(Collected data entries)
- - - - -

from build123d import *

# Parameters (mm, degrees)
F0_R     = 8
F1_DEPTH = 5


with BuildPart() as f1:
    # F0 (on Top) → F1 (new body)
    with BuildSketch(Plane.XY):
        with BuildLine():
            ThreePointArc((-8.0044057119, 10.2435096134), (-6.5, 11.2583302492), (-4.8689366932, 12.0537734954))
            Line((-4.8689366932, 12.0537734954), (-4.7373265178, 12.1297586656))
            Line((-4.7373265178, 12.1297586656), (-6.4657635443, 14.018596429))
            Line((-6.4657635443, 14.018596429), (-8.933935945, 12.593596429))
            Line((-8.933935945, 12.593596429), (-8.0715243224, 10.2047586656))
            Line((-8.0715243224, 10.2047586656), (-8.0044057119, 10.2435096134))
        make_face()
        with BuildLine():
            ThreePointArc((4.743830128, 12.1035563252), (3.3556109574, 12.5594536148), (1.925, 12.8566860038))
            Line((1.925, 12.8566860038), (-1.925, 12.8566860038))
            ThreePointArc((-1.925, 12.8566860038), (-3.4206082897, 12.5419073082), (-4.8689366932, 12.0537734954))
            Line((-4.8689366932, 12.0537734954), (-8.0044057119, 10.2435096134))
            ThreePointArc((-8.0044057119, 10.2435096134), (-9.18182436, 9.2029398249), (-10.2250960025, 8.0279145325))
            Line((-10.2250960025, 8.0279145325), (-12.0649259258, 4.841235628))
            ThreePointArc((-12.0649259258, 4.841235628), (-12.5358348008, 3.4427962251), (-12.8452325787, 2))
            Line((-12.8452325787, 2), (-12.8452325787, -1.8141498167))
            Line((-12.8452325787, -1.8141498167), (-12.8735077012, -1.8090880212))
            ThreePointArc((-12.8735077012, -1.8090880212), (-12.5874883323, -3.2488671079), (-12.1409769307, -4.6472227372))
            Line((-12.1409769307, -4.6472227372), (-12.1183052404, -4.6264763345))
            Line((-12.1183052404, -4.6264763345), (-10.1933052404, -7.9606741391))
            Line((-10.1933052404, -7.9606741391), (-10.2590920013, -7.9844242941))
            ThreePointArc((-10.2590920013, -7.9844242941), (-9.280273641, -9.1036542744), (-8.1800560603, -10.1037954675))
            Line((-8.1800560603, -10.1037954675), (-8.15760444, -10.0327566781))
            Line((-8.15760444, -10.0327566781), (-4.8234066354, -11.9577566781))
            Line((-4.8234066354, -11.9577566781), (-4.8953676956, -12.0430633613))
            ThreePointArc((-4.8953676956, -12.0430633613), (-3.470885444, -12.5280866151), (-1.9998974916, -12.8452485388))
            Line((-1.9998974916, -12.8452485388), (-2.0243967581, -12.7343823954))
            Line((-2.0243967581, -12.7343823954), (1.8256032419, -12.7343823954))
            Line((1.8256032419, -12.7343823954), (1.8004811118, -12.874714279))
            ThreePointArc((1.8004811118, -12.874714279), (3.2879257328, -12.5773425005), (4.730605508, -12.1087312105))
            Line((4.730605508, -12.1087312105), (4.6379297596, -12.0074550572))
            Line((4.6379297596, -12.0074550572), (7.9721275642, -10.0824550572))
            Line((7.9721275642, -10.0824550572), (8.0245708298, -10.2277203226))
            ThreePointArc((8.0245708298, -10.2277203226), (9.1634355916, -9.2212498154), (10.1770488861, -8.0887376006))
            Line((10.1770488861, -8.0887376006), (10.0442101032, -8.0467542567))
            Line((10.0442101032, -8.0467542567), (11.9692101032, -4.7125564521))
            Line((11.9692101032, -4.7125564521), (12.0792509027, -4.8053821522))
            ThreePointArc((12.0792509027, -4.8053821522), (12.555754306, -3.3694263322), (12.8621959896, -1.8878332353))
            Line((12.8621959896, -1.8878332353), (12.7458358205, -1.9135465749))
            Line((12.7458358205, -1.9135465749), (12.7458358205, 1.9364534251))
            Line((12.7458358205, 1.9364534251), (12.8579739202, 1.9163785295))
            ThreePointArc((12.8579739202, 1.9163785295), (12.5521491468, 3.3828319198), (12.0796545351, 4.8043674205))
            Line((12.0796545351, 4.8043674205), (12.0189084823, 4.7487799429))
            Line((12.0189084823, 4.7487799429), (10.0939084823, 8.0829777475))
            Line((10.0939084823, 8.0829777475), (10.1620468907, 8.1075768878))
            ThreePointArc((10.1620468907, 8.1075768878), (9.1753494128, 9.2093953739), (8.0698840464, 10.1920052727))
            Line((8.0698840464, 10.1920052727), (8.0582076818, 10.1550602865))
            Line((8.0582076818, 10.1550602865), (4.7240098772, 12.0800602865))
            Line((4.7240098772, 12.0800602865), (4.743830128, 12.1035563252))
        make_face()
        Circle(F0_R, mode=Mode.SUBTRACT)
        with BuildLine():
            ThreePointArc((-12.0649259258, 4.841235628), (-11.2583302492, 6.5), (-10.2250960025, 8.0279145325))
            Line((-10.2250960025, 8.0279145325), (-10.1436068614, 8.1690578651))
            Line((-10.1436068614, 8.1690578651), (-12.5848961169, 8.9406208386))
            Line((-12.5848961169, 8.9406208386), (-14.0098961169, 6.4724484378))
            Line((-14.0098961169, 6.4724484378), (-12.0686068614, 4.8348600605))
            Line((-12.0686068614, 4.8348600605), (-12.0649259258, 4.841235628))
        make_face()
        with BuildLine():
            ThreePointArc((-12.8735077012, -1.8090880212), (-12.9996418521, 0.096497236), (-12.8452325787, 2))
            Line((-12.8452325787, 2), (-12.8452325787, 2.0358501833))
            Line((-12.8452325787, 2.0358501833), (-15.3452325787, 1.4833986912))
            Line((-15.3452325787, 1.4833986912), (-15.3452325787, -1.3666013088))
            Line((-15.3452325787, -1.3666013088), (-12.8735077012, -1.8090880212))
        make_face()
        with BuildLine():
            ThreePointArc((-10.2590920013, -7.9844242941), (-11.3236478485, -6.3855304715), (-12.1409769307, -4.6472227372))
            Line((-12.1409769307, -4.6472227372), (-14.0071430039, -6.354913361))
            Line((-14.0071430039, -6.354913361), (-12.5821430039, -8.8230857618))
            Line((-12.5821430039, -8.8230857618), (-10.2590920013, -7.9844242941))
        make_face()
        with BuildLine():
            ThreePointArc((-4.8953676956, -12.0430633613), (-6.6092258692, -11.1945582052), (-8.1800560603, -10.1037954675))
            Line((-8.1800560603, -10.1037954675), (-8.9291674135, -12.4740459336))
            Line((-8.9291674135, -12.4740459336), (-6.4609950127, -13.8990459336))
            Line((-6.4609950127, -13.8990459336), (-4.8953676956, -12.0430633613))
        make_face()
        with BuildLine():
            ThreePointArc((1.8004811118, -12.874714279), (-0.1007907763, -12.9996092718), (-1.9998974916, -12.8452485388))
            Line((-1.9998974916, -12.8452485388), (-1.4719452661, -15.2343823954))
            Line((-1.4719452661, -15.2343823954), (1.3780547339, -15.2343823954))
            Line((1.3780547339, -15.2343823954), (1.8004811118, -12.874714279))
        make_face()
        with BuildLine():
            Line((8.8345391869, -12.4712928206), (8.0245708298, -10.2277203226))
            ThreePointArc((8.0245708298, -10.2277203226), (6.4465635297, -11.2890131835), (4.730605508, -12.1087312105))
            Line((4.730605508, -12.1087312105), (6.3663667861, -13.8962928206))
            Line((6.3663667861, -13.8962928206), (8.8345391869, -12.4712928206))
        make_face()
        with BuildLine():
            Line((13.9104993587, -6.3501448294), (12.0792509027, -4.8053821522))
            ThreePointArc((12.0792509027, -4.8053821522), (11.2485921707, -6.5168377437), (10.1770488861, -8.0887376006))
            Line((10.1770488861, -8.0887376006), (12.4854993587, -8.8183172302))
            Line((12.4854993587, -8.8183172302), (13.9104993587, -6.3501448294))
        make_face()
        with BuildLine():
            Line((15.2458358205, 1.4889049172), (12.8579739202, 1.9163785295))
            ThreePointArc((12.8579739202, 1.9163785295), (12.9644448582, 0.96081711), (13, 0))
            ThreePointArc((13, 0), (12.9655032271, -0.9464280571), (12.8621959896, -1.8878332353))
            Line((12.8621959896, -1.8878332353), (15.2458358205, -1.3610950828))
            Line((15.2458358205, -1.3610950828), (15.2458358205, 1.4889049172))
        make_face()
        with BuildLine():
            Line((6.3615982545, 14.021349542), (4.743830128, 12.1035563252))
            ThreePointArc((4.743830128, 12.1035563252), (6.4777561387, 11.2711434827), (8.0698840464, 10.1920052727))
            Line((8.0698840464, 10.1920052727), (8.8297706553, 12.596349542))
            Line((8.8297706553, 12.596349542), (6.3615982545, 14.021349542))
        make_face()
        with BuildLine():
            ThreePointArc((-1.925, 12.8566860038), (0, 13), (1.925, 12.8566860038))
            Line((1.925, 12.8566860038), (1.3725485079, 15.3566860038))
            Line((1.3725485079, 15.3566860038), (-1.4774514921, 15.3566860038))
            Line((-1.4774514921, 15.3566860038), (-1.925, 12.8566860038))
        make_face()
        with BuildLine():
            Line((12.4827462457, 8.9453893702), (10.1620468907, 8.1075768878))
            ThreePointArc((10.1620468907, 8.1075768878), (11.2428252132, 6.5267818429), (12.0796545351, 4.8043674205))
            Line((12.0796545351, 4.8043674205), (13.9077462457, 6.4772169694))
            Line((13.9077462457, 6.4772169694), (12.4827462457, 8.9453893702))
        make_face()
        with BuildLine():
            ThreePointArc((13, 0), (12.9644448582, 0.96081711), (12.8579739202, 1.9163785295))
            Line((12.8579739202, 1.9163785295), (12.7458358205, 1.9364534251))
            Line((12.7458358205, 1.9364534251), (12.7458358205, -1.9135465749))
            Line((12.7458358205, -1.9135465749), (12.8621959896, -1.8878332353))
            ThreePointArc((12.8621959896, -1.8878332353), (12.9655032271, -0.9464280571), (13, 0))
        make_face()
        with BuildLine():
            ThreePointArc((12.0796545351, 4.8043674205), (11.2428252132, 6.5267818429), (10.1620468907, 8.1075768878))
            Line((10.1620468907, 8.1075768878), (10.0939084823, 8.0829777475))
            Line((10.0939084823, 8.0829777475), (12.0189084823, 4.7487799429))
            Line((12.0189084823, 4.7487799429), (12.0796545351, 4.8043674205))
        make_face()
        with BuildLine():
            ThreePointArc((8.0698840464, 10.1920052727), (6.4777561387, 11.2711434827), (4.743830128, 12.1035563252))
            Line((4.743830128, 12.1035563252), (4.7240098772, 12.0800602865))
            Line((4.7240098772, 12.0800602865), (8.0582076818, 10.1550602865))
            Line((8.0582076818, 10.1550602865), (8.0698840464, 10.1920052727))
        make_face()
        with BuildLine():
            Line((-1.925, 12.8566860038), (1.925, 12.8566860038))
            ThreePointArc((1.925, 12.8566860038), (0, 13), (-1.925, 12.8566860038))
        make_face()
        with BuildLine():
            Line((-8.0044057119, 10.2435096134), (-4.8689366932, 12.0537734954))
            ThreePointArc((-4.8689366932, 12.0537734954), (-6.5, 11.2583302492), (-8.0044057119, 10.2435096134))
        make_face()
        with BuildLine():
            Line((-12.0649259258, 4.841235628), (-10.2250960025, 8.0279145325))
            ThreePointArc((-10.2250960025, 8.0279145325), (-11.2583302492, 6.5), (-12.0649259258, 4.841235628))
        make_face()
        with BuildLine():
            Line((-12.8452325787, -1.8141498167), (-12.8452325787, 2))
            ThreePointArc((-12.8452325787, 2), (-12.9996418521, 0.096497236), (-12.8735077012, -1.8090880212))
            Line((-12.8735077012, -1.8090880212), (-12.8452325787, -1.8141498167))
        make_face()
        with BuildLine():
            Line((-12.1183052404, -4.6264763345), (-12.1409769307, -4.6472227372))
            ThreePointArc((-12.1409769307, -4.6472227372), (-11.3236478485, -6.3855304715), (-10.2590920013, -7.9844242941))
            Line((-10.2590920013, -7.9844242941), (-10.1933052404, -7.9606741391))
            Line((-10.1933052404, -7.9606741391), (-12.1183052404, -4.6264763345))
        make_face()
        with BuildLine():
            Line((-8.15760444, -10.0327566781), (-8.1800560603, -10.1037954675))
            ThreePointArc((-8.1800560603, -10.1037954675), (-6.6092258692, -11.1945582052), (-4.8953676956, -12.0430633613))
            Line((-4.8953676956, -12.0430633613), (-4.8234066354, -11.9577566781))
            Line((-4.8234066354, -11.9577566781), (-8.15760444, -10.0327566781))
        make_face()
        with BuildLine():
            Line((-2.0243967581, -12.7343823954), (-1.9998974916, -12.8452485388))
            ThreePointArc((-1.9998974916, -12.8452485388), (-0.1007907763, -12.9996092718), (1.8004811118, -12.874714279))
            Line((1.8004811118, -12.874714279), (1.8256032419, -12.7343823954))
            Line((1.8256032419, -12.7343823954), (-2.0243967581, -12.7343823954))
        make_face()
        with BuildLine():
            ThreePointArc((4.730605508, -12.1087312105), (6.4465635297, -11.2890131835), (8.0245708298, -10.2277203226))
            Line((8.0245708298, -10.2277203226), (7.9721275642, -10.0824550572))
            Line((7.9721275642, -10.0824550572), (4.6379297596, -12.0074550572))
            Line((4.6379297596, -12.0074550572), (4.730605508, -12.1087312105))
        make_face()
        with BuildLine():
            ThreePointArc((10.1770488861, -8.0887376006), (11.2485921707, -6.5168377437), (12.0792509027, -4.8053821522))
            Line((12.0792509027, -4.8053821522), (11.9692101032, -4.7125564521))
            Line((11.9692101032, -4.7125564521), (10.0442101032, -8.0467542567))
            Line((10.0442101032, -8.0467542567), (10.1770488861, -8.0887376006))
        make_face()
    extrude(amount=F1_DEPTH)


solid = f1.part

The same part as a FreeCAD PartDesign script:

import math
import FreeCAD as App
import Part
import Sketcher

V = App.Vector
Q = App.Units.Quantity

doc = App.newDocument("Part")
body = doc.addObject("PartDesign::Body", "Body")

sketch1 = body.newObject("Sketcher::SketchObject", "Sketch")
sketch1.AttachmentSupport = (doc.getObject("XY_Plane"), [""])
sketch1.MapMode = "FlatFace"
sketch1.addGeometry([
    Part.LineSegment(V(-4.869, 12.054, 0), V(-4.737, 12.13, 0)),
    Part.LineSegment(V(-4.737, 12.13, 0), V(-6.466, 14.019, 0)),
    Part.LineSegment(V(-6.466, 14.019, 0), V(-8.934, 12.594, 0)),
    Part.LineSegment(V(-8.934, 12.594, 0), V(-8.072, 10.205, 0)),
    Part.LineSegment(V(-8.072, 10.205, 0), V(-8.004, 10.244, 0)),
    Part.ArcOfCircle(Part.Circle(V(0, 0, 0), V(0, 0, 1), 13), math.radians(128), math.radians(141.86)),
    Part.LineSegment(V(-10.225, 8.028, 0), V(-10.144, 8.169, 0)),
    Part.LineSegment(V(-10.144, 8.169, 0), V(-12.585, 8.941, 0)),
    Part.LineSegment(V(-12.585, 8.941, 0), V(-14.01, 6.472, 0)),
    Part.LineSegment(V(-14.01, 6.472, 0), V(-12.069, 4.835, 0)),
    Part.LineSegment(V(-12.069, 4.835, 0), V(-12.065, 4.841, 0)),
    Part.ArcOfCircle(Part.Circle(V(0, 0, 0), V(0, 0, 1), 13), math.radians(158.14), math.radians(171.15)),
    Part.LineSegment(V(-12.845, 2, 0), V(-12.845, 2.036, 0)),
    Part.LineSegment(V(-12.845, 2.036, 0), V(-15.345, 1.483, 0)),
    Part.LineSegment(V(-15.345, 1.483, 0), V(-15.345, -1.367, 0)),
    Part.LineSegment(V(-15.345, -1.367, 0), V(-12.874, -1.809, 0)),
    Part.ArcOfCircle(Part.Circle(V(0, 0, 0), V(0, 0, 1), 13), math.radians(-172), math.radians(-159.05)),
    Part.LineSegment(V(-12.141, -4.647, 0), V(-14.007, -6.355, 0)),
    Part.LineSegment(V(-14.007, -6.355, 0), V(-12.582, -8.823, 0)),
    Part.LineSegment(V(-12.582, -8.823, 0), V(-10.259, -7.984, 0)),
    Part.ArcOfCircle(Part.Circle(V(0, 0, 0), V(0, 0, 1), 13), math.radians(-142.11), math.radians(-128.99)),
    Part.LineSegment(V(-8.18, -10.104, 0), V(-8.929, -12.474, 0)),
    Part.LineSegment(V(-8.929, -12.474, 0), V(-6.461, -13.899, 0)),
    Part.LineSegment(V(-6.461, -13.899, 0), V(-4.895, -12.043, 0)),
    Part.ArcOfCircle(Part.Circle(V(0, 0, 0), V(0, 0, 1), 13), math.radians(-112.12), math.radians(-98.85)),
    Part.LineSegment(V(-2, -12.845, 0), V(-1.472, -15.234, 0)),
    Part.LineSegment(V(-1.472, -15.234, 0), V(1.378, -15.234, 0)),
    Part.LineSegment(V(1.378, -15.234, 0), V(1.8, -12.875, 0)),
    Part.ArcOfCircle(Part.Circle(V(0, 0, 0), V(0, 0, 1), 13), math.radians(-82.04), math.radians(-68.66)),
    Part.LineSegment(V(4.731, -12.109, 0), V(6.366, -13.896, 0)),
    Part.LineSegment(V(6.366, -13.896, 0), V(8.835, -12.471, 0)),
    Part.LineSegment(V(8.835, -12.471, 0), V(8.025, -10.228, 0)),
    Part.ArcOfCircle(Part.Circle(V(0, 0, 0), V(0, 0, 1), 13), math.radians(-51.88), math.radians(-38.48)),
    Part.LineSegment(V(10.177, -8.089, 0), V(12.485, -8.818, 0)),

- - - - -

### What is needed
Only certain lines are wanted. Please return exactly those from the top of the data through the line with "11.2583302492), (-4.8689366932, 12.0537734954))".

### Solution for this problem
from build123d import *

# Parameters (mm, degrees)
F0_R     = 8
F1_DEPTH = 5


with BuildPart() as f1:
    # F0 (on Top) → F1 (new body)
    with BuildSketch(Plane.XY):
        with BuildLine():
            ThreePointArc((-8.0044057119, 10.2435096134), (-6.5, 11.2583302492), (-4.8689366932, 12.0537734954))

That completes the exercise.